Start with the first line of the data and end with the line that holds "f 216 212 217"; write out each one exactly.

↓↓↓

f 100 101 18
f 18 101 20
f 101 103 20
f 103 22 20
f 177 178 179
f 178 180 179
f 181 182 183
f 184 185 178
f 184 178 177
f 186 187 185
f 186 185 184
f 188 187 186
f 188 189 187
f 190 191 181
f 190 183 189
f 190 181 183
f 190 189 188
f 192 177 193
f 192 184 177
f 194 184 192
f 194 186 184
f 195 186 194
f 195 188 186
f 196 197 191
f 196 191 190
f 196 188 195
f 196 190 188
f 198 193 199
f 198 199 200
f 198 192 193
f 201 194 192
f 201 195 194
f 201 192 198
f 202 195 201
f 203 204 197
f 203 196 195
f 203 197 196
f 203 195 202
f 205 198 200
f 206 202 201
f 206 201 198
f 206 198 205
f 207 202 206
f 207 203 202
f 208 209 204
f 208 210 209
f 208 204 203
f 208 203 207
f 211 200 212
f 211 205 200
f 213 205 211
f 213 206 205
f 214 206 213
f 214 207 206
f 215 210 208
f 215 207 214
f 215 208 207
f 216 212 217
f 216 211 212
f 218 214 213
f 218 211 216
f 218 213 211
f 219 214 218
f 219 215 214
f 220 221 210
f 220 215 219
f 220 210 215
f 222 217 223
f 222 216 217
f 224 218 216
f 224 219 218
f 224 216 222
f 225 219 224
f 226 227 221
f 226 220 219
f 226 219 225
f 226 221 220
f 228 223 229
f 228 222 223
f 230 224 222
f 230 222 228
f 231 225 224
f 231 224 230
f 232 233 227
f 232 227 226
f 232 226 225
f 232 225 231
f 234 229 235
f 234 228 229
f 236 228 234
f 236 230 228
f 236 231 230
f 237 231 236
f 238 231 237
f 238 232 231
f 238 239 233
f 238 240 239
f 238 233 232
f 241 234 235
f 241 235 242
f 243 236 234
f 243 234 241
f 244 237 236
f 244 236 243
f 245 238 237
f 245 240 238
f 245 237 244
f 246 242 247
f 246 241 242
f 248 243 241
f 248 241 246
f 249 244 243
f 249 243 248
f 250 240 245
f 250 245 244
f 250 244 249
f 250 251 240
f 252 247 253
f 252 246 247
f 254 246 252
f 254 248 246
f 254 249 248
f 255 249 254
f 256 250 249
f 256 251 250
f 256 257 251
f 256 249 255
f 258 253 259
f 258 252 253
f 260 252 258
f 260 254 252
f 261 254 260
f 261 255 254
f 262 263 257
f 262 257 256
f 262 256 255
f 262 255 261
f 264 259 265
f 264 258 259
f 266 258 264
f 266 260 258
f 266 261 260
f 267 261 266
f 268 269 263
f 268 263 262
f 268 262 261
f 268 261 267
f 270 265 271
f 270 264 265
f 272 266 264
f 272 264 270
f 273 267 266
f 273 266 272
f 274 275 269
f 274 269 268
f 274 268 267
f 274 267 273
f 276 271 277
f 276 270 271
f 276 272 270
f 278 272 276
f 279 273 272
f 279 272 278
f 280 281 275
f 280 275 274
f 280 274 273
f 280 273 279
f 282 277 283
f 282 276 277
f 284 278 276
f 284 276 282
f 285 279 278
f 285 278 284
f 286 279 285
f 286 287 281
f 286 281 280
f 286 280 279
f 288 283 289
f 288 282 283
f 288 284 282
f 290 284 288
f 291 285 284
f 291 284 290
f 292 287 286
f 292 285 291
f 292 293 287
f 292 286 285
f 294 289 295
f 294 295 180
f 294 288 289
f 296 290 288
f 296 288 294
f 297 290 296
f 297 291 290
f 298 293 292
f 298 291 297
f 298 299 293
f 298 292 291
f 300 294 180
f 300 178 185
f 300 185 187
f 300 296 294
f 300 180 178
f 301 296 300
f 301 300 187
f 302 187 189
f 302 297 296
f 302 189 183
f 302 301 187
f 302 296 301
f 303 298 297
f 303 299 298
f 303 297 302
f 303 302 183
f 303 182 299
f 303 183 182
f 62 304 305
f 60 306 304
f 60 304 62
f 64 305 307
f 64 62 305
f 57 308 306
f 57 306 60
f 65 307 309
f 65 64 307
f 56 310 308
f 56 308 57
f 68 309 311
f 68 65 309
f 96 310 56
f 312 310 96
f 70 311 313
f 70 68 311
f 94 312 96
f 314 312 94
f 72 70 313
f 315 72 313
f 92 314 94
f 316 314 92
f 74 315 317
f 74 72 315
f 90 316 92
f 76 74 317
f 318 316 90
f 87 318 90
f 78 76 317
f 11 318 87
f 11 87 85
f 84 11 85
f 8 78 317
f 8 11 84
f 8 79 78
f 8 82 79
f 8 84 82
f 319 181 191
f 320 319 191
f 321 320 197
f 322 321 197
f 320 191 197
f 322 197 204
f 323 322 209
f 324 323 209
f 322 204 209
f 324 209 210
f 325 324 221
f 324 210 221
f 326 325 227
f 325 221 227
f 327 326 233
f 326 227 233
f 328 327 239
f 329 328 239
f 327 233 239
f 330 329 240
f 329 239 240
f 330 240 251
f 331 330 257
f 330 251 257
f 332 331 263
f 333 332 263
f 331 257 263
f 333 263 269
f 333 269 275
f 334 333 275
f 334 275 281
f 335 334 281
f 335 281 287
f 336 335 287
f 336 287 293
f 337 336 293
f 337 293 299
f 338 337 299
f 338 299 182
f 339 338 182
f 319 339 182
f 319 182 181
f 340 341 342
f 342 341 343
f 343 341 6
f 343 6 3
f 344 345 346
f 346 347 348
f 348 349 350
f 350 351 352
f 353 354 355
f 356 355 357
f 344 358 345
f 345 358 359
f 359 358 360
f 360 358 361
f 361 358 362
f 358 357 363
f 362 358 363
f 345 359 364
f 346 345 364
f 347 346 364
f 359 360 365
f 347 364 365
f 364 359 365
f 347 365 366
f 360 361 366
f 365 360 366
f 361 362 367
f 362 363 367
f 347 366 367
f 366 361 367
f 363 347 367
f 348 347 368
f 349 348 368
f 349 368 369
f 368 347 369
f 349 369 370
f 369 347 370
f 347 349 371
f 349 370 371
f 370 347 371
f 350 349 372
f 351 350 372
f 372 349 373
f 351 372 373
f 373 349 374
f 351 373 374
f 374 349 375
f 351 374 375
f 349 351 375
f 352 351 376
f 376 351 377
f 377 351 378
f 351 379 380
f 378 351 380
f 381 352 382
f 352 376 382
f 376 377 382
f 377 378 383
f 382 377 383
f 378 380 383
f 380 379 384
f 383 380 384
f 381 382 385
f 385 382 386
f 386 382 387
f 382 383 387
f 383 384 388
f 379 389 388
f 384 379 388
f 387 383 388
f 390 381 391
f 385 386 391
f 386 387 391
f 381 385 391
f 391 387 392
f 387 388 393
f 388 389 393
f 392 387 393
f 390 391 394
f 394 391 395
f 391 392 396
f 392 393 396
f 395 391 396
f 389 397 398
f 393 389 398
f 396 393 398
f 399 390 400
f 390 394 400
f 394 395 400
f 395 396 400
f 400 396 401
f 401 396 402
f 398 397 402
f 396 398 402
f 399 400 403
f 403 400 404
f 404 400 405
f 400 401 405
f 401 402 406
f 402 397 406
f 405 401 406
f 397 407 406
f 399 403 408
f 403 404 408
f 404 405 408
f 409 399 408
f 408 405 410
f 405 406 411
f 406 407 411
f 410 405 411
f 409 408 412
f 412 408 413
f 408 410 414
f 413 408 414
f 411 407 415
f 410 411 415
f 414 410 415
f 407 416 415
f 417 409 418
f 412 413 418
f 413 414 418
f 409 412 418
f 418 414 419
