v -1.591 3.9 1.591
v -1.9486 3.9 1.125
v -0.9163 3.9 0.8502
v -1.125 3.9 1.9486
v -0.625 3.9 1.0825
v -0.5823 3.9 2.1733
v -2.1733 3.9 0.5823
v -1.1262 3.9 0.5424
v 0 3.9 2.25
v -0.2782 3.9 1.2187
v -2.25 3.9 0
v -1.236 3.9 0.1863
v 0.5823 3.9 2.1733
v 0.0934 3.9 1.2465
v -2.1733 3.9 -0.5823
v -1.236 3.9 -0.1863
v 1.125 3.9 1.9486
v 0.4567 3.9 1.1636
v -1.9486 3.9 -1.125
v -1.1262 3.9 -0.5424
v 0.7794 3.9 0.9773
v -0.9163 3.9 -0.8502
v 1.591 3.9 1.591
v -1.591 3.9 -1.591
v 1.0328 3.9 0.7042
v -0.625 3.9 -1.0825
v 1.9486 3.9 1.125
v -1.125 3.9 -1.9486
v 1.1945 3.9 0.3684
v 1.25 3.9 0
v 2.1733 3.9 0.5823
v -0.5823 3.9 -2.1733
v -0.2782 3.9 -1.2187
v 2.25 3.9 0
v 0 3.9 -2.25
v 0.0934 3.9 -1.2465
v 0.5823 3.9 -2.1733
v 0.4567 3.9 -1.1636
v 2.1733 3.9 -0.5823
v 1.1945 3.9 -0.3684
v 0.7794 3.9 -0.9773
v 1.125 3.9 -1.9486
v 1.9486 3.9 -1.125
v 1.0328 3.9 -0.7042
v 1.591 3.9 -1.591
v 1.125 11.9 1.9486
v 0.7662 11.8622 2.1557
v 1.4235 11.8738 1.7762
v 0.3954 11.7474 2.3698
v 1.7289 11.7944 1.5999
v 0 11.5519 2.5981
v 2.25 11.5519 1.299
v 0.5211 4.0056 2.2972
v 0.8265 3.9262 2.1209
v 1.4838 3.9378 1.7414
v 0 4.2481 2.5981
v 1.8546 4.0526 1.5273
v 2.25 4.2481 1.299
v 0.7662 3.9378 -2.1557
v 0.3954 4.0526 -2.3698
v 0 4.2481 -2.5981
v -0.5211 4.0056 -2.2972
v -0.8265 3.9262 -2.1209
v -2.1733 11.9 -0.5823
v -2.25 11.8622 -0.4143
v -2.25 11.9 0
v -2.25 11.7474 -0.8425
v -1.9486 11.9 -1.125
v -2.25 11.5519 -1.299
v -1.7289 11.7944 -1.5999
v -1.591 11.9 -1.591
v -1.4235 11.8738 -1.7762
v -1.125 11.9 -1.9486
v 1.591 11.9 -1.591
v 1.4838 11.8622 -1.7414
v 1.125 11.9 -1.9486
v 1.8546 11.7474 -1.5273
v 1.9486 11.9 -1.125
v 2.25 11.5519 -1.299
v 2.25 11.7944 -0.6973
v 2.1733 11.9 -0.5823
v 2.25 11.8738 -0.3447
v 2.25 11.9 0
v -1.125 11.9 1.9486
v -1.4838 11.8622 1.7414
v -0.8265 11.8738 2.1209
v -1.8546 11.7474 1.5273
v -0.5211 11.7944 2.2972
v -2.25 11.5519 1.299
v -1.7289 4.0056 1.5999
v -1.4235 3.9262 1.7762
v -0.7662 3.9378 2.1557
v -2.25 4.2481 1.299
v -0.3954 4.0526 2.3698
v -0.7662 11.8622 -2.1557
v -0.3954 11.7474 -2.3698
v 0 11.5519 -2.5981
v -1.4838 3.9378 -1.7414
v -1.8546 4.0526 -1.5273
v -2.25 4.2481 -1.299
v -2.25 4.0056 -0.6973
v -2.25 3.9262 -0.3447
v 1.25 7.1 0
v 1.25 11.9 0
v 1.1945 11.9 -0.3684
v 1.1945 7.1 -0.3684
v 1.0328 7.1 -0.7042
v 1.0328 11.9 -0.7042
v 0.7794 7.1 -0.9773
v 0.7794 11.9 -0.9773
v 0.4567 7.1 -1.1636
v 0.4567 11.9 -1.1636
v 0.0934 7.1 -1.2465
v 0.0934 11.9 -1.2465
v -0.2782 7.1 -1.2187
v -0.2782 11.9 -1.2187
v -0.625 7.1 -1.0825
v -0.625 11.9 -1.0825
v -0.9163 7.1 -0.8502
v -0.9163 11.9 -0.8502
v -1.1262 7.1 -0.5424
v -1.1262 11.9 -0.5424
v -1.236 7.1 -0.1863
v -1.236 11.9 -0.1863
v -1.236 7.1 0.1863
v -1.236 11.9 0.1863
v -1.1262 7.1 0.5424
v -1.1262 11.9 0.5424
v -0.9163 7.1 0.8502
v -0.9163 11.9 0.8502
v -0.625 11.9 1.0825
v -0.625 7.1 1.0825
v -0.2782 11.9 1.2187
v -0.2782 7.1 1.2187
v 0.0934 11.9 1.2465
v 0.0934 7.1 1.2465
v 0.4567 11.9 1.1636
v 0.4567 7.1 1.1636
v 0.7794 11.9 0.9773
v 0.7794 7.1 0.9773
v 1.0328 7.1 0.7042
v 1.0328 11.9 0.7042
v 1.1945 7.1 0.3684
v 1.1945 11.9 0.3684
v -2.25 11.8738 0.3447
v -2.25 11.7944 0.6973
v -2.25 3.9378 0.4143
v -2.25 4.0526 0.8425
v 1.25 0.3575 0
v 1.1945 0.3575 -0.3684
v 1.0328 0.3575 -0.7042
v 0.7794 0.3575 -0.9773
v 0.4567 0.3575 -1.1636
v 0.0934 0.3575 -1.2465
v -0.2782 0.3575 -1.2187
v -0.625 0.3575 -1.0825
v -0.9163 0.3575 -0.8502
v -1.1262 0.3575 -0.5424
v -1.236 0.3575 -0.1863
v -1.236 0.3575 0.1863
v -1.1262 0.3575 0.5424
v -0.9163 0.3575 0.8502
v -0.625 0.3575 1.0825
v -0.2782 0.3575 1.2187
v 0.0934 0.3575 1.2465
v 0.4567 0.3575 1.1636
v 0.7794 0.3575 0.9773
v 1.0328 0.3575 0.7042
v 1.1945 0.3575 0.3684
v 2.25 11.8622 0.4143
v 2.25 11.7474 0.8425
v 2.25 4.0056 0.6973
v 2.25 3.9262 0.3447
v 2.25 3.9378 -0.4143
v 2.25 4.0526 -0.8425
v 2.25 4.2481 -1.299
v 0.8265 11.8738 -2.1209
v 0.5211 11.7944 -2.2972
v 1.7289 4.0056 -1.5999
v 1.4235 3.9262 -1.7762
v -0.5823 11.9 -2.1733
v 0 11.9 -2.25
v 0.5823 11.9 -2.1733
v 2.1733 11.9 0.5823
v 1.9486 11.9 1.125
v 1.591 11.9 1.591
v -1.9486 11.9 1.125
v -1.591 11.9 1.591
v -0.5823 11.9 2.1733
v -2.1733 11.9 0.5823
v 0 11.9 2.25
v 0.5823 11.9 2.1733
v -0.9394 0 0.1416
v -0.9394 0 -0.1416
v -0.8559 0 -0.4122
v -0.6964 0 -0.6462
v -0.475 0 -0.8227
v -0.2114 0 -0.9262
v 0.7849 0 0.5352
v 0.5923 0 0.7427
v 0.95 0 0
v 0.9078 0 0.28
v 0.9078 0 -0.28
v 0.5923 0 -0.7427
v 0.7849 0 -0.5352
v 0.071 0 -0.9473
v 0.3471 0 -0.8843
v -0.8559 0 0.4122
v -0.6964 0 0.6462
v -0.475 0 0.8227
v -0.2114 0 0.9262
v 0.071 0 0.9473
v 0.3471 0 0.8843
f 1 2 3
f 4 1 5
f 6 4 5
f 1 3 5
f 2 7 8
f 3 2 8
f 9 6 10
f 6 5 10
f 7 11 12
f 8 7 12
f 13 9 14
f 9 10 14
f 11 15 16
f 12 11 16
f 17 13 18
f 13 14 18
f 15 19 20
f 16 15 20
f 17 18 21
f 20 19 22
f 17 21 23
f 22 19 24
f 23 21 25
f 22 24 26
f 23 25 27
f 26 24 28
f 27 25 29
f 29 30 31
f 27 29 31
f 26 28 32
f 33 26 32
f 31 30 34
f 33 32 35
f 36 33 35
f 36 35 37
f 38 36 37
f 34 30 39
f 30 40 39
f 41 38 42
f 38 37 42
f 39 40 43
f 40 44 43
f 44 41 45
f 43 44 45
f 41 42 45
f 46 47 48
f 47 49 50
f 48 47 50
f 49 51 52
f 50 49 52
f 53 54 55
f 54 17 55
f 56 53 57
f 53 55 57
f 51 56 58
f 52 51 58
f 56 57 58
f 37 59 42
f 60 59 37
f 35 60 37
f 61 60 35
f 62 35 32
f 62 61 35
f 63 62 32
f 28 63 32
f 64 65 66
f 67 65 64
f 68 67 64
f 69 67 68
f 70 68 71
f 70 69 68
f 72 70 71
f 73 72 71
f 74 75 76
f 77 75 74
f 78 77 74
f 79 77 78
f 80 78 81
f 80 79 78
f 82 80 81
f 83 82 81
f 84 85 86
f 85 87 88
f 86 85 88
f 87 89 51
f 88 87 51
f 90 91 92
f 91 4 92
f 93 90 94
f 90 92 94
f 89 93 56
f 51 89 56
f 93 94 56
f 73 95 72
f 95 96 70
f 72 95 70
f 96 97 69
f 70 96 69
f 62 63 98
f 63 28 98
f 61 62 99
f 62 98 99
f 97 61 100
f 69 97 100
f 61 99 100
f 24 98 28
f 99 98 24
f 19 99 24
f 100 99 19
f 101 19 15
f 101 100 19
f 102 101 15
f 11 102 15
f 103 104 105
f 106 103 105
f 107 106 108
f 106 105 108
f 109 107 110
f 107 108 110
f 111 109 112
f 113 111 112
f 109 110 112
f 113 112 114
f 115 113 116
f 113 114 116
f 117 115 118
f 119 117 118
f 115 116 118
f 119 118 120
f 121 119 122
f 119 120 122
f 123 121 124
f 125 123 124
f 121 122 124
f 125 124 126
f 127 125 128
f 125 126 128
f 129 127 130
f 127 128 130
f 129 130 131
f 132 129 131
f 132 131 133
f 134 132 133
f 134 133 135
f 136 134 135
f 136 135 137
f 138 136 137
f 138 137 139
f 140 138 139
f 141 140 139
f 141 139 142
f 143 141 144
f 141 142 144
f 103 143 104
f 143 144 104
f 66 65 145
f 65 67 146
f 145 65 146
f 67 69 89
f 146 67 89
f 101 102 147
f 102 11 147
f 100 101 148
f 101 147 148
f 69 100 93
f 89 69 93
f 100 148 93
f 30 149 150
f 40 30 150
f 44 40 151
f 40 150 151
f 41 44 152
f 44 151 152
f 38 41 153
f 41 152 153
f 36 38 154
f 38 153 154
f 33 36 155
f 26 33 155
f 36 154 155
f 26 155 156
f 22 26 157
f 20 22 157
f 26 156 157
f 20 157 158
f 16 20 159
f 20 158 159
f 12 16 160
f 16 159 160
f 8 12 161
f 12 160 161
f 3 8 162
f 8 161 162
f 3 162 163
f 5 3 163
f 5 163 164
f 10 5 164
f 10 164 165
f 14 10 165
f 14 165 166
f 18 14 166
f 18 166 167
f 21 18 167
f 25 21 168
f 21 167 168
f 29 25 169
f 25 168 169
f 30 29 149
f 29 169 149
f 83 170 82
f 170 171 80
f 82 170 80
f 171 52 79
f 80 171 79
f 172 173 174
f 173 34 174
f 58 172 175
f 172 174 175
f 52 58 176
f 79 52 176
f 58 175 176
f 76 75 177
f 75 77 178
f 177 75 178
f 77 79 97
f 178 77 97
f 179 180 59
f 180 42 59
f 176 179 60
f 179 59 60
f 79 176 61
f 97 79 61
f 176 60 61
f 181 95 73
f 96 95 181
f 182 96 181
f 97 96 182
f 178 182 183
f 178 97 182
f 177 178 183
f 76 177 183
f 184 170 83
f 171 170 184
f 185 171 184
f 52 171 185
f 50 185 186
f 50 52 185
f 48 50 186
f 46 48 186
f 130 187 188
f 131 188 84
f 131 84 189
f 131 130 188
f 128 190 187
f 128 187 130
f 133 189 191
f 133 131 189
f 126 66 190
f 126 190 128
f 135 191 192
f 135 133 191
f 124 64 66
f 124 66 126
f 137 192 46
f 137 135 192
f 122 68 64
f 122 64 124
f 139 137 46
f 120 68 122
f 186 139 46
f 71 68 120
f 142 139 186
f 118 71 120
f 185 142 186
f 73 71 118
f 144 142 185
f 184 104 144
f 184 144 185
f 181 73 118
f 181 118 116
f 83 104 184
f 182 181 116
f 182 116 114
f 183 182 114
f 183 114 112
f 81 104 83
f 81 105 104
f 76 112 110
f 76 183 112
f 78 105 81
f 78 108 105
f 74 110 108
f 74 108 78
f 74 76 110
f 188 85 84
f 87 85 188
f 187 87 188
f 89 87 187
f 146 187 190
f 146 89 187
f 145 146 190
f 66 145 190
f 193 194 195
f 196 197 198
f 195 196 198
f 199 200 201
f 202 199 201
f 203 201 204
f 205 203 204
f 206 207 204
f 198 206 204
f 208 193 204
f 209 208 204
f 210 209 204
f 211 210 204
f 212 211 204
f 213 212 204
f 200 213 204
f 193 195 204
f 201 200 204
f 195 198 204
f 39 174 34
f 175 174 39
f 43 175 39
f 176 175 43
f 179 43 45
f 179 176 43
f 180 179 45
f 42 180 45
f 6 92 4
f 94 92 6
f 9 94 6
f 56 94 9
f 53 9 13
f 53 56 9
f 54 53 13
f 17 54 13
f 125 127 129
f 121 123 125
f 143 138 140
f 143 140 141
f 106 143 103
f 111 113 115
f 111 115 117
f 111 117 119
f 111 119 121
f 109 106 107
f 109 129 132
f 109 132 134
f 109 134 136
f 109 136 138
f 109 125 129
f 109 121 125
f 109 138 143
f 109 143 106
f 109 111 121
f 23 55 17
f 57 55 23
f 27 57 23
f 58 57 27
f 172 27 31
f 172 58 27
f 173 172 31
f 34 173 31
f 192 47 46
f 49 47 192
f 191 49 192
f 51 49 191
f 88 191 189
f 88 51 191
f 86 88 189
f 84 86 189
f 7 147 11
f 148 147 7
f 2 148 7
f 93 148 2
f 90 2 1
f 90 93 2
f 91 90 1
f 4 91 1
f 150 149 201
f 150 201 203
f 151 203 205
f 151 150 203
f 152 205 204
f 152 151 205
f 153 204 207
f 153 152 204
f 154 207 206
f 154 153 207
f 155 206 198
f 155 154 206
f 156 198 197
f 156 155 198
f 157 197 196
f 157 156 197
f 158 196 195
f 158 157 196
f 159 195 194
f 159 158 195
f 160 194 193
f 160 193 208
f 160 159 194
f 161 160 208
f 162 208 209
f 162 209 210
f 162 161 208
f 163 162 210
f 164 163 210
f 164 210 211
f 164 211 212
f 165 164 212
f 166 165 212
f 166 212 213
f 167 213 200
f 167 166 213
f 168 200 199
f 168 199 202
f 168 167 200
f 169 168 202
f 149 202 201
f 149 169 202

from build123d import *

# Parameters (mm, degrees)
SKETCH1_R           = 1.25
BOSS_EXTRUDE1_DEPTH = 3.9
BOSS_EXTRUDE2_DEPTH = 8
SKETCH3_R           = 1.25
CUT_EXTRUDE2_DEPTH  = 4.8
SKETCH4_OUTSIDE_W   = 35.048
SKETCH4_OUTSIDE_H   = 35.744
SKETCH4_OUTSIDE_R   = 2.25
CUT_EXTRUDE3_DEPTH  = 12.9
CUT_EXTRUDE3_TAPER  = 45
SKETCH5_OUTSIDE_W   = 27.248
SKETCH5_OUTSIDE_H   = 27.944
SKETCH5_OUTSIDE_R   = 2.25
CUT_EXTRUDE6_DEPTH  = 9
CUT_EXTRUDE6_TAPER  = 45
CHAMFER2_SIZE       = 0.3
CHAMFER2_SIZE2      = 0.357526078


with BuildPart() as part:
    # Sketch1 → Boss-Extrude1 (new body)
    with BuildSketch(Plane(origin=(0, 0, 0), x_dir=(1, 0, 0), z_dir=(0, 1, 0))):
        Circle(SKETCH1_R)
    extrude(amount=BOSS_EXTRUDE1_DEPTH)

    # Sketch2 → Boss-Extrude2 (add)
    with BuildSketch(Plane(origin=(0, 3.9, 0), x_dir=(1, 0, 0), z_dir=(0, 1, 0))):
        Polygon((0, 2.598076211), (-2.25, 1.299038106), (-2.25, -1.299038106), (0, -2.598076211), (2.25, -1.299038106), (2.25, 1.299038106), align=None)
    extrude(amount=BOSS_EXTRUDE2_DEPTH)

    # Sketch3 → Cut-Extrude2 (cut)
    with BuildSketch(Plane(origin=(0, 11.9, 0), x_dir=(1, 0, 0), z_dir=(0, 1, 0))):
        Circle(SKETCH3_R)
    extrude(amount=-CUT_EXTRUDE2_DEPTH, mode=Mode.SUBTRACT)

    # Sketch4 outside → Cut-Extrude3 (cut, through all)
    with BuildSketch(Plane(origin=(0, 11.9, 0), x_dir=(1, 0, 0), z_dir=(0, 1, 0))):
        Rectangle(SKETCH4_OUTSIDE_W, SKETCH4_OUTSIDE_H)
        Circle(SKETCH4_OUTSIDE_R, mode=Mode.SUBTRACT)
    extrude(amount=-CUT_EXTRUDE3_DEPTH, taper=CUT_EXTRUDE3_TAPER, mode=Mode.SUBTRACT)

    # Sketch5 outside → Cut-Extrude6 (cut, through all)
    with BuildSketch(Plane.XZ.offset(-3.9)):
        Rectangle(SKETCH5_OUTSIDE_W, SKETCH5_OUTSIDE_H)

↑↑↑

■ Response to this task ■
f 100 101 18
f 18 101 20
f 101 103 20
f 103 22 20
f 177 178 179
f 178 180 179
f 181 182 183
f 184 185 178
f 184 178 177
f 186 187 185
f 186 185 184
f 188 187 186
f 188 189 187
f 190 191 181
f 190 183 189
f 190 181 183
f 190 189 188
f 192 177 193
f 192 184 177
f 194 184 192
f 194 186 184
f 195 186 194
f 195 188 186
f 196 197 191
f 196 191 190
f 196 188 195
f 196 190 188
f 198 193 199
f 198 199 200
f 198 192 193
f 201 194 192
f 201 195 194
f 201 192 198
f 202 195 201
f 203 204 197
f 203 196 195
f 203 197 196
f 203 195 202
f 205 198 200
f 206 202 201
f 206 201 198
f 206 198 205
f 207 202 206
f 207 203 202
f 208 209 204
f 208 210 209
f 208 204 203
f 208 203 207
f 211 200 212
f 211 205 200
f 213 205 211
f 213 206 205
f 214 206 213
f 214 207 206
f 215 210 208
f 215 207 214
f 215 208 207
f 216 212 217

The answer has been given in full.